In the Internet-of-Things (IoT) era, efficient functionality integration is essential to address the growing demands of communication, computation, and sensing. Signal-level integrated sensing, computing, and communication (Sig-ISCC) is envisioned, where a single waveform simultaneously supports sensing, computing and communication via over-the-air computation (AirComp). Meanwhile, federated learning (FL) is widely regarded as a promising distributed machine learning framework that enables network intelligence in a privacy-preserving and secure manner, and exhibits strong synergy with AirComp, which alleviates the communication bottleneck of FL. In this paper, we study uplink Sig-ISCC design for AirComp-FL with joint target detection. We formulate the joint power and receive-scaling control problem, where edge devices' transmitted signals should serve both sensing and AirComp purposes. The goal is to minimize the AirComp aggregation distortion subject to a joint target-detection requirement. Although the resulting problem is non-convex in the original variables, we show that it admits an equivalent convex reformulation after a suitable variable transformation. By exploiting analytical optimality properties, we develop a robust, optimal, and polynomial-time-complexity algorithm that efficiently achieves the optimal transmit powers and receive scaling factor. Simulation results validate the optimality and numerical robustness of the proposed algorithm and show its superior FL performance compared to baseline methods.

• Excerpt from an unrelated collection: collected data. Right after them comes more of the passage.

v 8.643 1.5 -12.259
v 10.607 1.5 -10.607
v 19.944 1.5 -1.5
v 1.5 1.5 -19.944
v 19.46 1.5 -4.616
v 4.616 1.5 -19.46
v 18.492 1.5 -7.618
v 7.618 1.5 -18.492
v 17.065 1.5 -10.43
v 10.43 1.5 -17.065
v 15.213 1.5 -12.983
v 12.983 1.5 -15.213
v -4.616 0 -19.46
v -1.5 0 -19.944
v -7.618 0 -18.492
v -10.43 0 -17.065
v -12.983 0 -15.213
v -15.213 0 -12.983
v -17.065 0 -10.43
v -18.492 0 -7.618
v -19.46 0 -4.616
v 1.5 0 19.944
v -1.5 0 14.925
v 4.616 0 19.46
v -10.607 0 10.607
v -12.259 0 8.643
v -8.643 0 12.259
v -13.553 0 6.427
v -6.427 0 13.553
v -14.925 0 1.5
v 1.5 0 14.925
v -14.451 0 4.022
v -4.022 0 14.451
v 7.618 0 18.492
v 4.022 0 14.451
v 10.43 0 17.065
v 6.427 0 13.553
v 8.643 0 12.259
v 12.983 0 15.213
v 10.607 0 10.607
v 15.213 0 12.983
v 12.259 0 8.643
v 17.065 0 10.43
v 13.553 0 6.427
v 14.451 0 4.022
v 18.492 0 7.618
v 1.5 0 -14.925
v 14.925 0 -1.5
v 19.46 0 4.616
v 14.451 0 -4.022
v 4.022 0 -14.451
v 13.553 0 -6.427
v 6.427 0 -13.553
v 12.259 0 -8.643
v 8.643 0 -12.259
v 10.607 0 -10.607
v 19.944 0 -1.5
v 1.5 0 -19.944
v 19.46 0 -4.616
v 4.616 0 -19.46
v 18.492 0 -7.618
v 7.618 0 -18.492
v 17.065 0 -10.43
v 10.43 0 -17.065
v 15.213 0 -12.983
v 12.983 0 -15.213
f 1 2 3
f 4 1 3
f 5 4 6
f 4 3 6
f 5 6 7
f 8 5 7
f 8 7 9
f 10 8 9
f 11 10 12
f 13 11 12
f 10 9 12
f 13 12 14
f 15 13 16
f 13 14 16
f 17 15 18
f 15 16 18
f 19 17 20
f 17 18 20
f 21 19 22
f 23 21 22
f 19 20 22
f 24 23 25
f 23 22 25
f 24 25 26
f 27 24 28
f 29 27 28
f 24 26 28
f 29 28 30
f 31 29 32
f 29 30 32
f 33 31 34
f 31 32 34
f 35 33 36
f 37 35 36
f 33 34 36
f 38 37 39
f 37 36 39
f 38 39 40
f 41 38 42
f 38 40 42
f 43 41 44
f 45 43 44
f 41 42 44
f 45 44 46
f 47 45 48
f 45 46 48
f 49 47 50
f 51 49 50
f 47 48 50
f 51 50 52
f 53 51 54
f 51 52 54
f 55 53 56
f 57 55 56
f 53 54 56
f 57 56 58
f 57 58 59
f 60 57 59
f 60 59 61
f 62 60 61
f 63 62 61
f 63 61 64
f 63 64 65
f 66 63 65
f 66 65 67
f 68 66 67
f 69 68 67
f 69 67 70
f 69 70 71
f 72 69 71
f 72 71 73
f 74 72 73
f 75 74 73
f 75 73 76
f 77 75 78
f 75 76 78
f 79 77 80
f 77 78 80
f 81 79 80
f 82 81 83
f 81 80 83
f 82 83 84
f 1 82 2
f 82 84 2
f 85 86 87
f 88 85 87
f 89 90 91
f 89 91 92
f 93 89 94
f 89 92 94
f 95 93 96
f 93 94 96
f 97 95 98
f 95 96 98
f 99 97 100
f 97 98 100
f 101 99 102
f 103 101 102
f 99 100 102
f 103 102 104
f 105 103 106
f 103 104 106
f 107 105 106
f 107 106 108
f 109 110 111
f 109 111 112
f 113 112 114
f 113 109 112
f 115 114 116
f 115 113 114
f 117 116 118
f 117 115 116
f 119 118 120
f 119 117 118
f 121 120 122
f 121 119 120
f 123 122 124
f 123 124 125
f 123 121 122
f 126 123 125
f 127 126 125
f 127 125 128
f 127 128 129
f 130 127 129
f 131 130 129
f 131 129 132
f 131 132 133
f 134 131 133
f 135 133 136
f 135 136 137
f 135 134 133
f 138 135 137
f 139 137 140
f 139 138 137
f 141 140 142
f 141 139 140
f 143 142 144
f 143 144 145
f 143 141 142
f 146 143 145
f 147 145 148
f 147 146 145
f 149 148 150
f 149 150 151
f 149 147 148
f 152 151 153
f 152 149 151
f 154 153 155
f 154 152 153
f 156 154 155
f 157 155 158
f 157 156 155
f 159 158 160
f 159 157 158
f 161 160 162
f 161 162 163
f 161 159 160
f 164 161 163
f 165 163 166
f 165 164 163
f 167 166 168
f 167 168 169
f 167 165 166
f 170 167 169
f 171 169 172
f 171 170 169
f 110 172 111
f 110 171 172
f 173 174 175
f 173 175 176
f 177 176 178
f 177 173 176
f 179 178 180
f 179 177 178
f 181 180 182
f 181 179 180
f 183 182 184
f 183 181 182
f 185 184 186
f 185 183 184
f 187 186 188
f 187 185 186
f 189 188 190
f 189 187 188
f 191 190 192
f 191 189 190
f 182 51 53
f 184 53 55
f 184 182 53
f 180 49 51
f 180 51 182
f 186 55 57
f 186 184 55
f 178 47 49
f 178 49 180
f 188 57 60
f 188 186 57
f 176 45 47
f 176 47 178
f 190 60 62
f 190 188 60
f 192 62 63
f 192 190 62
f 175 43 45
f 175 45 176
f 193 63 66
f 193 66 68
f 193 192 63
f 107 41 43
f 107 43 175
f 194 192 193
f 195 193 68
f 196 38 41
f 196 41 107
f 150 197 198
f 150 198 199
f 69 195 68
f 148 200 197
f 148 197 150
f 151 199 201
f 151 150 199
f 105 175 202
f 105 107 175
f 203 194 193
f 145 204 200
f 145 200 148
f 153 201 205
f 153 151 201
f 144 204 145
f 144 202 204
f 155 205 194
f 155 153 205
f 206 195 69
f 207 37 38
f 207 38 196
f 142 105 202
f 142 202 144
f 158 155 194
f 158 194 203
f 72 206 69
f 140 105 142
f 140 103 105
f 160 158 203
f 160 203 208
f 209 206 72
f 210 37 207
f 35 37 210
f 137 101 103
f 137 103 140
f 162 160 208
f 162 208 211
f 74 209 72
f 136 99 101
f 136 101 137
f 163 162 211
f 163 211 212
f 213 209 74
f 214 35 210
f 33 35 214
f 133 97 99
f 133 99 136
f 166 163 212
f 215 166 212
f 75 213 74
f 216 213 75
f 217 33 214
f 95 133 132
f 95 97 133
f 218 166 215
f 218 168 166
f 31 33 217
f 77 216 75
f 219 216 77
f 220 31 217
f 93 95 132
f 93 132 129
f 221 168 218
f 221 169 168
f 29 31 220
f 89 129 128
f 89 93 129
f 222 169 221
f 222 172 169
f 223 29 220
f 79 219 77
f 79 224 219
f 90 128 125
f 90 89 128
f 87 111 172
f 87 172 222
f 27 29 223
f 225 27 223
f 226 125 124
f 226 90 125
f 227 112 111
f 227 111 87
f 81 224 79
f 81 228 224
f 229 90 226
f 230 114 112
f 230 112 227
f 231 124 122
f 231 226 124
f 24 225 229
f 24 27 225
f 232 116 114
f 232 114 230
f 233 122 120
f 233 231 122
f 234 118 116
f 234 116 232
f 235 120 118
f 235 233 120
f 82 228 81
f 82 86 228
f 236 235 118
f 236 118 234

翻译：在物联网（IoT）时代，高效的功能集成对于满足日益增长的通信、计算和感知需求至关重要。信号级集成感知、计算与通信（Sig-ISCC）构想通过空中计算（AirComp）技术，使单一波形能够同时支持感知、计算和通信功能。与此同时，联邦学习（FL）被广泛视为一种有前景的分布式机器学习框架，能够以保护隐私和安全的方式实现网络智能，并与缓解FL通信瓶颈的AirComp技术展现出强协同效应。本文针对联合目标检测场景下的AirComp-FL上行链路Sig-ISCC设计展开研究。我们提出了联合功率与接收缩放控制问题，其中边缘设备的发射信号需同时满足感知与AirComp需求。目标是在满足联合目标检测要求的条件下，最小化AirComp聚合失真。尽管原始变量下的优化问题具有非凸性，但通过适当的变量变换可证明其等价于凸优化形式。利用解析最优性特性，我们开发了一种鲁棒、最优且多项式时间复杂度的算法，可高效实现最优发射功率与接收缩放因子。仿真结果验证了所提算法的最优性与数值鲁棒性，并表明其在联邦学习性能上优于基线方法。